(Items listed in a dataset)
——————————
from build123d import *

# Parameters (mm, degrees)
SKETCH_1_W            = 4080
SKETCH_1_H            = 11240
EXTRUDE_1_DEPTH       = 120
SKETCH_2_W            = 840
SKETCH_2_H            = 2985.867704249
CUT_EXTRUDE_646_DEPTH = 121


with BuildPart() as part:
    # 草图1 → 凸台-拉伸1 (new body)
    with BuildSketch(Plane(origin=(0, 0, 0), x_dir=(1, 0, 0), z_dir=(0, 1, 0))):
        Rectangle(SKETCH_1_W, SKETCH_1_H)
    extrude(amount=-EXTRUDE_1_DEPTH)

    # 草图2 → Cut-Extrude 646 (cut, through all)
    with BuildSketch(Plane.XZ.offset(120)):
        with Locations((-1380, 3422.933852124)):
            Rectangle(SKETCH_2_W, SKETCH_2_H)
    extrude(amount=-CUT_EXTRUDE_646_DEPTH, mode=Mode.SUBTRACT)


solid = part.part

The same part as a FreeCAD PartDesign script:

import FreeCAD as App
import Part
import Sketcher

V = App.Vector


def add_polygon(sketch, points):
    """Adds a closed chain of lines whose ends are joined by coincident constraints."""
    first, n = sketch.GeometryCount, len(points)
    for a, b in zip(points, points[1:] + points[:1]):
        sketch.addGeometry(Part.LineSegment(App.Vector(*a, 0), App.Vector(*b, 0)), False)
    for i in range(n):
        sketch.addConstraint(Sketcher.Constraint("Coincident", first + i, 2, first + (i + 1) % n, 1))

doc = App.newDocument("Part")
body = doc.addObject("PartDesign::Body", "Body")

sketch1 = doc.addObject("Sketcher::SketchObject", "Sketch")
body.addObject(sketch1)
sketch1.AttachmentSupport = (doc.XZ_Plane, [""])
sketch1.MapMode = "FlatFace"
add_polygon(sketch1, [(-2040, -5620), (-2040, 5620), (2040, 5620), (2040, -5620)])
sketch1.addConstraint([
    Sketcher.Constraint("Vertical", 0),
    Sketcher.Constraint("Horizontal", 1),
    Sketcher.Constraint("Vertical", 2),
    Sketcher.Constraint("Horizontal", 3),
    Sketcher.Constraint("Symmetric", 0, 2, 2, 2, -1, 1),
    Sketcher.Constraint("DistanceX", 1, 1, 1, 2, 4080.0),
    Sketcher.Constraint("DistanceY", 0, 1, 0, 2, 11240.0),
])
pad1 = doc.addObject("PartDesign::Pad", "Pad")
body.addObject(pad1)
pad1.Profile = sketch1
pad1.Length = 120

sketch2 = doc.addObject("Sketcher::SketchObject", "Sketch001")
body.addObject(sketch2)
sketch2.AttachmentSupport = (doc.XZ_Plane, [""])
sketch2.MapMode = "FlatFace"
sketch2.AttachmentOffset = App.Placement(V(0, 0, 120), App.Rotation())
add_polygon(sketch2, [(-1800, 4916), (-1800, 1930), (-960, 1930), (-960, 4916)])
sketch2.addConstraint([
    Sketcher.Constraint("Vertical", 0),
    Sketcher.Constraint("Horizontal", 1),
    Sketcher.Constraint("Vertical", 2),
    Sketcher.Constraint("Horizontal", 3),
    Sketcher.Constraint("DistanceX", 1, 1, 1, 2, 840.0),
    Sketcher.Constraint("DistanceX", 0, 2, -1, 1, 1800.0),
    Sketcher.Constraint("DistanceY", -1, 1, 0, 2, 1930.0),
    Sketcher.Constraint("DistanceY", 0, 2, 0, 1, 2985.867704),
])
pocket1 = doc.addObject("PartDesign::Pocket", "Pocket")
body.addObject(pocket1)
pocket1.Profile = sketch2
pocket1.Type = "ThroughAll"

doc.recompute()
——————————
Task details: Give again, exactly as written, the lines running from the first line of the data above through the line that contains "The same part".

Solution for this task:
from build123d import *

# Parameters (mm, degrees)
SKETCH_1_W            = 4080
SKETCH_1_H            = 11240
EXTRUDE_1_DEPTH       = 120
SKETCH_2_W            = 840
SKETCH_2_H            = 2985.867704249
CUT_EXTRUDE_646_DEPTH = 121


with BuildPart() as part:
    # 草图1 → 凸台-拉伸1 (new body)
    with BuildSketch(Plane(origin=(0, 0, 0), x_dir=(1, 0, 0), z_dir=(0, 1, 0))):
        Rectangle(SKETCH_1_W, SKETCH_1_H)
    extrude(amount=-EXTRUDE_1_DEPTH)

    # 草图2 → Cut-Extrude 646 (cut, through all)
    with BuildSketch(Plane.XZ.offset(120)):
        with Locations((-1380, 3422.933852124)):
            Rectangle(SKETCH_2_W, SKETCH_2_H)
    extrude(amount=-CUT_EXTRUDE_646_DEPTH, mode=Mode.SUBTRACT)


solid = part.part

The same part as a FreeCAD PartDesign script:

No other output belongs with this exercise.